# Dataset excerpts:

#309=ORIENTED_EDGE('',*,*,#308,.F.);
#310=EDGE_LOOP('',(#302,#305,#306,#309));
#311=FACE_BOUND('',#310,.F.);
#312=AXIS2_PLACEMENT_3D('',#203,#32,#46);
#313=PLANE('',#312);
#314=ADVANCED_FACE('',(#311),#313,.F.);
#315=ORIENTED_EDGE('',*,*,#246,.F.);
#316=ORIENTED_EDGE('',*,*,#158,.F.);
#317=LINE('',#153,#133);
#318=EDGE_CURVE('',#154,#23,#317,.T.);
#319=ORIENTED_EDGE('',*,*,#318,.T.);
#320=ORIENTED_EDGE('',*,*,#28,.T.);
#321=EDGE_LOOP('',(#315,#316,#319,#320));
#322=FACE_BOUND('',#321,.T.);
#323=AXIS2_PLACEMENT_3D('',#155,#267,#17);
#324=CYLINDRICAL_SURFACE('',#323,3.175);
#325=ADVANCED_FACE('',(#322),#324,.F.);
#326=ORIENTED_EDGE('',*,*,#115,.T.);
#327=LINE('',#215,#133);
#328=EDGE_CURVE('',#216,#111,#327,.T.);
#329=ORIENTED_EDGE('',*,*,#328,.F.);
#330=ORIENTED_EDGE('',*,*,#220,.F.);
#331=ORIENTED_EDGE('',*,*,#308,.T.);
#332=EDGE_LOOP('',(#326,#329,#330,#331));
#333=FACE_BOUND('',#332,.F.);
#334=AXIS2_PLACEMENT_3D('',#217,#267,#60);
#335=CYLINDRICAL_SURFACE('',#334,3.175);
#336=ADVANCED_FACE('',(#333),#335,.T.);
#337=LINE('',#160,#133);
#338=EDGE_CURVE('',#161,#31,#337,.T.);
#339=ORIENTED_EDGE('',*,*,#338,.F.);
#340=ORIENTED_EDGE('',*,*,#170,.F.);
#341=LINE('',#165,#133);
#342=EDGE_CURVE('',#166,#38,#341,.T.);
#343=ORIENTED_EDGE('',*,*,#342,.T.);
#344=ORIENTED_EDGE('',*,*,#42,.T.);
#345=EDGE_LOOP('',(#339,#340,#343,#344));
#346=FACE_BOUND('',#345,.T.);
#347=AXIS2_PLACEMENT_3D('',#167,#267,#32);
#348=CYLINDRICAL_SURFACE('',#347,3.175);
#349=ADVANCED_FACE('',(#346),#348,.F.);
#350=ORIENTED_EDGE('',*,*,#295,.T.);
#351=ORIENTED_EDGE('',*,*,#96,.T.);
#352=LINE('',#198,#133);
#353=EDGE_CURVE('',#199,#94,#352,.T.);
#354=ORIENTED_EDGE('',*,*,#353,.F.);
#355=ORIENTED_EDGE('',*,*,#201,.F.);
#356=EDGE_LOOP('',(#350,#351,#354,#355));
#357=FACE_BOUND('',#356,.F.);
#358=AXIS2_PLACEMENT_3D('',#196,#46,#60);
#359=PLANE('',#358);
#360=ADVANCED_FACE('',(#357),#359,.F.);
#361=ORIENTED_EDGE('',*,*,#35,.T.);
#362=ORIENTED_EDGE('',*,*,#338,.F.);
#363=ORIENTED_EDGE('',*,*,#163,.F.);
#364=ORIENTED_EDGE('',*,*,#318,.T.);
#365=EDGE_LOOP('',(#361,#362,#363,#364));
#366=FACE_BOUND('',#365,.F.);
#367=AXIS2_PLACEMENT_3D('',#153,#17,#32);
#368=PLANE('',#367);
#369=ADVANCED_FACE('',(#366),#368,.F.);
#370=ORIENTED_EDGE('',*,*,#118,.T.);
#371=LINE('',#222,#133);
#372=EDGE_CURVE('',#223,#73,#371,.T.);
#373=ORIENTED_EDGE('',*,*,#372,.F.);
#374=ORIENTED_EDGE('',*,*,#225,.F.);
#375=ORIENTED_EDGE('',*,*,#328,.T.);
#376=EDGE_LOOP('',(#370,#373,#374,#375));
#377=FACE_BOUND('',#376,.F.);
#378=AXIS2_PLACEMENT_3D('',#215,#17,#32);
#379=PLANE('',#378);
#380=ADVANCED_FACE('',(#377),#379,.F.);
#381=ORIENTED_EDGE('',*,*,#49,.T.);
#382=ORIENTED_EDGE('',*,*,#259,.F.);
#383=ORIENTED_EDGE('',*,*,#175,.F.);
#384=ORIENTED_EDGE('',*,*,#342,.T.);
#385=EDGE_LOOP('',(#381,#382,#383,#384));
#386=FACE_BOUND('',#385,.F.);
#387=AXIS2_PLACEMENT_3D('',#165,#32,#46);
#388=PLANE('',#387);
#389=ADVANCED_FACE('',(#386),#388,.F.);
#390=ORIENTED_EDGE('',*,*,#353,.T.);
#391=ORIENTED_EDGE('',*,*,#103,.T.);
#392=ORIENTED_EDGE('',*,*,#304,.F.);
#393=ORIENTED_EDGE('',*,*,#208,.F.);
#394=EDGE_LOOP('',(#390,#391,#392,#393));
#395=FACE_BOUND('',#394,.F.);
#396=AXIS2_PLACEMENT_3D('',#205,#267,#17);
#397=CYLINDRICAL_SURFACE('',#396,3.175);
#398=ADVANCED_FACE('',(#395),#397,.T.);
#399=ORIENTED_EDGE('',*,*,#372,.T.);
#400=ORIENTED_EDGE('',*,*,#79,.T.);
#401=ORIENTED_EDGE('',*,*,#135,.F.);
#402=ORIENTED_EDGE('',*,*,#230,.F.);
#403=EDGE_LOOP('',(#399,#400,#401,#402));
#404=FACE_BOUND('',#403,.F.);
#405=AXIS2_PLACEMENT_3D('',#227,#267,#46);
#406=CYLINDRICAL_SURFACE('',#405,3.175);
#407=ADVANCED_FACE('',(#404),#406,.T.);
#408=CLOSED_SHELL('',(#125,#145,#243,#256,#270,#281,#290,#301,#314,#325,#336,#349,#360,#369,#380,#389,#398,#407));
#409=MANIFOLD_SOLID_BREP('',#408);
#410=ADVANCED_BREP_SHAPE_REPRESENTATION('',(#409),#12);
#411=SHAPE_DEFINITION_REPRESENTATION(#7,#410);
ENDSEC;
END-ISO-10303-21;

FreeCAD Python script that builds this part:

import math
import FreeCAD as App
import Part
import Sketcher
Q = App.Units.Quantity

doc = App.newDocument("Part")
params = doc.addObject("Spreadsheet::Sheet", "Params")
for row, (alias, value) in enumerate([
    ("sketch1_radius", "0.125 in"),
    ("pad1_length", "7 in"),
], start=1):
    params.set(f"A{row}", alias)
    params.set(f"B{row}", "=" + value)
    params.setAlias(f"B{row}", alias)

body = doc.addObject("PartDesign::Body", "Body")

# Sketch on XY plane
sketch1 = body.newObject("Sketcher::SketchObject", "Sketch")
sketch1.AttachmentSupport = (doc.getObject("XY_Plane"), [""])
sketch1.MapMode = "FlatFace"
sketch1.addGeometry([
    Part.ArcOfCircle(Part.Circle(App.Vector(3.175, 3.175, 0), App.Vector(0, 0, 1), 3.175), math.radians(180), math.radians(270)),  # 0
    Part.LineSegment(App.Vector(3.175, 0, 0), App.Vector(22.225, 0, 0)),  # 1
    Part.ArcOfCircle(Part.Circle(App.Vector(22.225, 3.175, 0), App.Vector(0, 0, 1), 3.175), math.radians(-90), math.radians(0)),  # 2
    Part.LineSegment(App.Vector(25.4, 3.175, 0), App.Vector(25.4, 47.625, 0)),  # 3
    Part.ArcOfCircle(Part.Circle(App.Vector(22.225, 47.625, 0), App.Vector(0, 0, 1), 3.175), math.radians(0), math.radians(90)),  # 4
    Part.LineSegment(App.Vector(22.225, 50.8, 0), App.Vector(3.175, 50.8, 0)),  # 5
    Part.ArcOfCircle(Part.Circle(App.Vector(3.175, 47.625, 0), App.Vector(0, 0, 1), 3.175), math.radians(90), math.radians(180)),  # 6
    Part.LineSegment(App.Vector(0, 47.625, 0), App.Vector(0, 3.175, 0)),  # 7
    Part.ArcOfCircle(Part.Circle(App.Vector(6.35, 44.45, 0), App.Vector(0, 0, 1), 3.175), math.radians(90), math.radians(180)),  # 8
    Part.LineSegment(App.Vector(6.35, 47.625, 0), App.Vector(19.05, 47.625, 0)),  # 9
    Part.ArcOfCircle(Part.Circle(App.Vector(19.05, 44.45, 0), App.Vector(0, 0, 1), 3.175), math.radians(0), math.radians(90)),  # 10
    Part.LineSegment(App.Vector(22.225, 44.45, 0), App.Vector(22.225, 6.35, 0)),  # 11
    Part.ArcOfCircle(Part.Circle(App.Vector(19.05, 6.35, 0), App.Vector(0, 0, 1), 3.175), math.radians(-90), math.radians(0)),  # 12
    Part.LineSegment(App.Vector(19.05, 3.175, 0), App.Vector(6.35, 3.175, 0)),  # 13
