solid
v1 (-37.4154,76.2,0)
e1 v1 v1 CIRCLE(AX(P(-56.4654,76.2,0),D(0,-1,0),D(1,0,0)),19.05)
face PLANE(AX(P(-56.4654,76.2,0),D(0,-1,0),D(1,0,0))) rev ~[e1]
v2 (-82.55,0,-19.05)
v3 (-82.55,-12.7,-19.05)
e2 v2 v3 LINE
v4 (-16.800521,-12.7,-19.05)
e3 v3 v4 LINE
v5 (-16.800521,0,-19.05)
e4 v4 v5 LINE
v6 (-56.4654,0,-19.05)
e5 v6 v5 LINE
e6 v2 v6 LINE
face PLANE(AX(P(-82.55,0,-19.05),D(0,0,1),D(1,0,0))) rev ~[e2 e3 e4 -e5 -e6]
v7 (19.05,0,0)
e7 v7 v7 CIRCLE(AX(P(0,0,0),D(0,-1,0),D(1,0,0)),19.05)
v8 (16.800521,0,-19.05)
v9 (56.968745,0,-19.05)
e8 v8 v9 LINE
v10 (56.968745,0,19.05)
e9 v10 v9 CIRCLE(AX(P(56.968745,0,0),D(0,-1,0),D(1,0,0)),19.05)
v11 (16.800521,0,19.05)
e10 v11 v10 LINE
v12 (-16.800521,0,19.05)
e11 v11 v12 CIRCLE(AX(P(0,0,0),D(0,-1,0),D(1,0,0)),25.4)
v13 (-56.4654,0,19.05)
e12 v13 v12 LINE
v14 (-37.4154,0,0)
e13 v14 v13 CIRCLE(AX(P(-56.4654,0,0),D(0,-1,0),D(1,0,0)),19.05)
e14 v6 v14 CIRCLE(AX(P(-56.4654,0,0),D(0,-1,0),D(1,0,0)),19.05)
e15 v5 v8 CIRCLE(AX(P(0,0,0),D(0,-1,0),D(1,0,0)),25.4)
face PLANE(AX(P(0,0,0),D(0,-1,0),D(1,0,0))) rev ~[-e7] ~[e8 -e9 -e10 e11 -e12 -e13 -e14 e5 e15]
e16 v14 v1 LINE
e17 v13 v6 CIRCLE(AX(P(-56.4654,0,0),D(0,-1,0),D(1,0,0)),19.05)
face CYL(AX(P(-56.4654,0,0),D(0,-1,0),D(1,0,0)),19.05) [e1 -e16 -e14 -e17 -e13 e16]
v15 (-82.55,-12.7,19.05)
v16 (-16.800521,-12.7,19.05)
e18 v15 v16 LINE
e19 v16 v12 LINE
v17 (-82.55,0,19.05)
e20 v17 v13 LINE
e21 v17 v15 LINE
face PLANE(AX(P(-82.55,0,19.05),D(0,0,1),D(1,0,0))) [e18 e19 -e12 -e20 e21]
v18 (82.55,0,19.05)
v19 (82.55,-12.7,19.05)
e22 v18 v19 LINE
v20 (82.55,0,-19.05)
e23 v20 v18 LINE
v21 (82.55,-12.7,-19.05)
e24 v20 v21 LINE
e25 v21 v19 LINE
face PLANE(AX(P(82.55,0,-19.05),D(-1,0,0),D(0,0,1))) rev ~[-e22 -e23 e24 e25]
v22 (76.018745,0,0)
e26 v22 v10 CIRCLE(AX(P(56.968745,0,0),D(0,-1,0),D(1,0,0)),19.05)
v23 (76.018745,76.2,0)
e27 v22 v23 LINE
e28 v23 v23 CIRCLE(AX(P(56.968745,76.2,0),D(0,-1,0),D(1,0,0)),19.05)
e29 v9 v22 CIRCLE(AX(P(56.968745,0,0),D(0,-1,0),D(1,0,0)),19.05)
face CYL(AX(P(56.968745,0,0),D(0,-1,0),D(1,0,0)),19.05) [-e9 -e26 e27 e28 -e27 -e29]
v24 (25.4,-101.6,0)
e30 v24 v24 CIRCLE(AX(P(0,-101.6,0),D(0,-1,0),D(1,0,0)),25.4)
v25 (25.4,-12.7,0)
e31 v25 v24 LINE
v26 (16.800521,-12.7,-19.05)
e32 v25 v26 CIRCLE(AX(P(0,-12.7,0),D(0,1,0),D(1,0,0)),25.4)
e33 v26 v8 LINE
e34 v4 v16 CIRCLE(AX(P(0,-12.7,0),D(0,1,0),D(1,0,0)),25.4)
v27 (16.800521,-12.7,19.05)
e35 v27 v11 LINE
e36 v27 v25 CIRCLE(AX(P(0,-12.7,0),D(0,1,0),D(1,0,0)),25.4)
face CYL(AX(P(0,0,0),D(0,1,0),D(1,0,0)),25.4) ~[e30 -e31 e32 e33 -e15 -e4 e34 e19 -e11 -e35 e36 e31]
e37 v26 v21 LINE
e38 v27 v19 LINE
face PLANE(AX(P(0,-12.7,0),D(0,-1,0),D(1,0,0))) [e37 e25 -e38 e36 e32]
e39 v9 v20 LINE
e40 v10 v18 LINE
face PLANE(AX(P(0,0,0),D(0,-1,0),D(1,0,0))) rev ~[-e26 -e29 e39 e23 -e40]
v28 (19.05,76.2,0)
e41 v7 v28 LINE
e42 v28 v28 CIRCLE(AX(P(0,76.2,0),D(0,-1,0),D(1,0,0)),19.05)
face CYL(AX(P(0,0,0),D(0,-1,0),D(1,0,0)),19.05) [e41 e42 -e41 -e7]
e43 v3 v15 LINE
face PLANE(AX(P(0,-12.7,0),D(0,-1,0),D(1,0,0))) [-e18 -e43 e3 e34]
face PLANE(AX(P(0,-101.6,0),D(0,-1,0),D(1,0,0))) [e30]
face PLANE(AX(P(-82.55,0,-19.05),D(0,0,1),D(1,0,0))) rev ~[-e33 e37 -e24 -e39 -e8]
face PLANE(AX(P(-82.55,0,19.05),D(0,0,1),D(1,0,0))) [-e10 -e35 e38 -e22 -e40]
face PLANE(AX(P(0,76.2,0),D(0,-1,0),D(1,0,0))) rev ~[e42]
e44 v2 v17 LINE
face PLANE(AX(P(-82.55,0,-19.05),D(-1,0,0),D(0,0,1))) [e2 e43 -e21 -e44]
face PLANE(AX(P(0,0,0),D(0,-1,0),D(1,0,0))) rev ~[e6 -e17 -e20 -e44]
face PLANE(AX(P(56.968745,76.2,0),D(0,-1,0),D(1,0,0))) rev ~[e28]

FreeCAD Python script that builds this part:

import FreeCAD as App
import Part
import Sketcher
Q = App.Units.Quantity

doc = App.newDocument("Part")
body = doc.addObject("PartDesign::Body", "Body")

sketch1 = body.newObject("Sketcher::SketchObject", "Sketch")
sketch1.AttachmentSupport = (doc.getObject("XZ_Plane"), [""])
sketch1.MapMode = "FlatFace"
sketch1.addGeometry([
    Part.LineSegment(App.Vector(-83, 19, 0), App.Vector(-83, -19, 0)),
    Part.LineSegment(App.Vector(-83, -19, 0), App.Vector(83, -19, 0)),
    Part.LineSegment(App.Vector(83, -19, 0), App.Vector(83, 19, 0)),
    Part.LineSegment(App.Vector(83, 19, 0), App.Vector(-83, 19, 0)),
], False)
sketch1.addConstraint([
    Sketcher.Constraint("Coincident", 0, 2, 1, 1),
    Sketcher.Constraint("Coincident", 1, 2, 2, 1),
    Sketcher.Constraint("Coincident", 2, 2, 3, 1),
    Sketcher.Constraint("Coincident", 3, 2, 0, 1),
    Sketcher.Constraint("Vertical", 0),
    Sketcher.Constraint("Horizontal", 1),
    Sketcher.Constraint("Vertical", 2),
    Sketcher.Constraint("Horizontal", 3),
    Sketcher.Constraint("Symmetric", 0, 2, 2, 2, -1, 1),
    Sketcher.Constraint("DistanceX", 1, 1, 1, 2, Q("6.5 in")),
    Sketcher.Constraint("DistanceY", 0, 2, 0, 1, Q("1.5 in")),
])
pad1 = body.newObject("PartDesign::Pad", "Pad")
pad1.Profile = sketch1
pad1.Length = Q("0.5 in")

sketch2 = body.newObject("Sketcher::SketchObject", "Sketch001")
sketch2.AttachmentSupport = (doc.getObject("XZ_Plane"), [""])
sketch2.MapMode = "FlatFace"
sketch2.addGeometry(Part.Circle(App.Vector(0, 0, 0), App.Vector(0, 0, 1), 25), False)
sketch2.addConstraint([
    Sketcher.Constraint("Coincident", 0, 3, -1, 1),
    Sketcher.Constraint("Diameter", 0, Q("2 in")),
])
pad2 = body.newObject("PartDesign::Pad", "Pad001")
pad2.Profile = sketch2
pad2.Length = Q("4 in")

sketch3 = body.newObject("Sketcher::SketchObject", "Sketch002")
sketch3.AttachmentSupport = (doc.getObject("XZ_Plane"), [""])
sketch3.MapMode = "FlatFace"
sketch3.addGeometry([
    Part.Circle(App.Vector(57, 0, 0), App.Vector(0, 0, 1), 19),
    Part.Circle(App.Vector(-56, 0, 0), App.Vector(0, 0, 1), 19),
    Part.Circle(App.Vector(0, 0, 0), App.Vector(0, 0, 1), 19),
], False)
sketch3.addConstraint([
    Sketcher.Constraint("Coincident", 2, 3, -1, 1),
    Sketcher.Constraint("Equal", 0, 1),
    Sketcher.Constraint("Equal", 1, 2),
    Sketcher.Constraint("PointOnObject", 0, 3, -1),
    Sketcher.Constraint("PointOnObject", 1, 3, -1),
    Sketcher.Constraint("Diameter", 0, Q("1.5 in")),
    Sketcher.Constraint("DistanceX", 1, 3, -1, 1, 56.4654),
    Sketcher.Constraint("DistanceX", -1, 1, 0, 3, 56.968745),
])
pad3 = body.newObject("PartDesign::Pad", "Pad002")
pad3.Profile = sketch3
pad3.Length = Q("3 in")
pad3.Reversed = True

doc.recompute()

# Task requirements:
In the data above, find the line with "v24 (25.4,-101.6,0)" and the line with "face PLANE(AX(P(0,-101.6,0),D(0,-1,0),D(1,0,0))) [e30]". Retype both, plus every line between them, exactly.

# Answer section:
v24 (25.4,-101.6,0)
e30 v24 v24 CIRCLE(AX(P(0,-101.6,0),D(0,-1,0),D(1,0,0)),25.4)
v25 (25.4,-12.7,0)
e31 v25 v24 LINE
v26 (16.800521,-12.7,-19.05)
e32 v25 v26 CIRCLE(AX(P(0,-12.7,0),D(0,1,0),D(1,0,0)),25.4)
e33 v26 v8 LINE
e34 v4 v16 CIRCLE(AX(P(0,-12.7,0),D(0,1,0),D(1,0,0)),25.4)
v27 (16.800521,-12.7,19.05)
e35 v27 v11 LINE
e36 v27 v25 CIRCLE(AX(P(0,-12.7,0),D(0,1,0),D(1,0,0)),25.4)
face CYL(AX(P(0,0,0),D(0,1,0),D(1,0,0)),25.4) ~[e30 -e31 e32 e33 -e15 -e4 e34 e19 -e11 -e35 e36 e31]
e37 v26 v21 LINE
e38 v27 v19 LINE
face PLANE(AX(P(0,-12.7,0),D(0,-1,0),D(1,0,0))) [e37 e25 -e38 e36 e32]
e39 v9 v20 LINE
e40 v10 v18 LINE
face PLANE(AX(P(0,0,0),D(0,-1,0),D(1,0,0))) rev ~[-e26 -e29 e39 e23 -e40]
v28 (19.05,76.2,0)
e41 v7 v28 LINE
e42 v28 v28 CIRCLE(AX(P(0,76.2,0),D(0,-1,0),D(1,0,0)),19.05)
face CYL(AX(P(0,0,0),D(0,-1,0),D(1,0,0)),19.05) [e41 e42 -e41 -e7]
e43 v3 v15 LINE
face PLANE(AX(P(0,-12.7,0),D(0,-1,0),D(1,0,0))) [-e18 -e43 e3 e34]
face PLANE(AX(P(0,-101.6,0),D(0,-1,0),D(1,0,0))) [e30]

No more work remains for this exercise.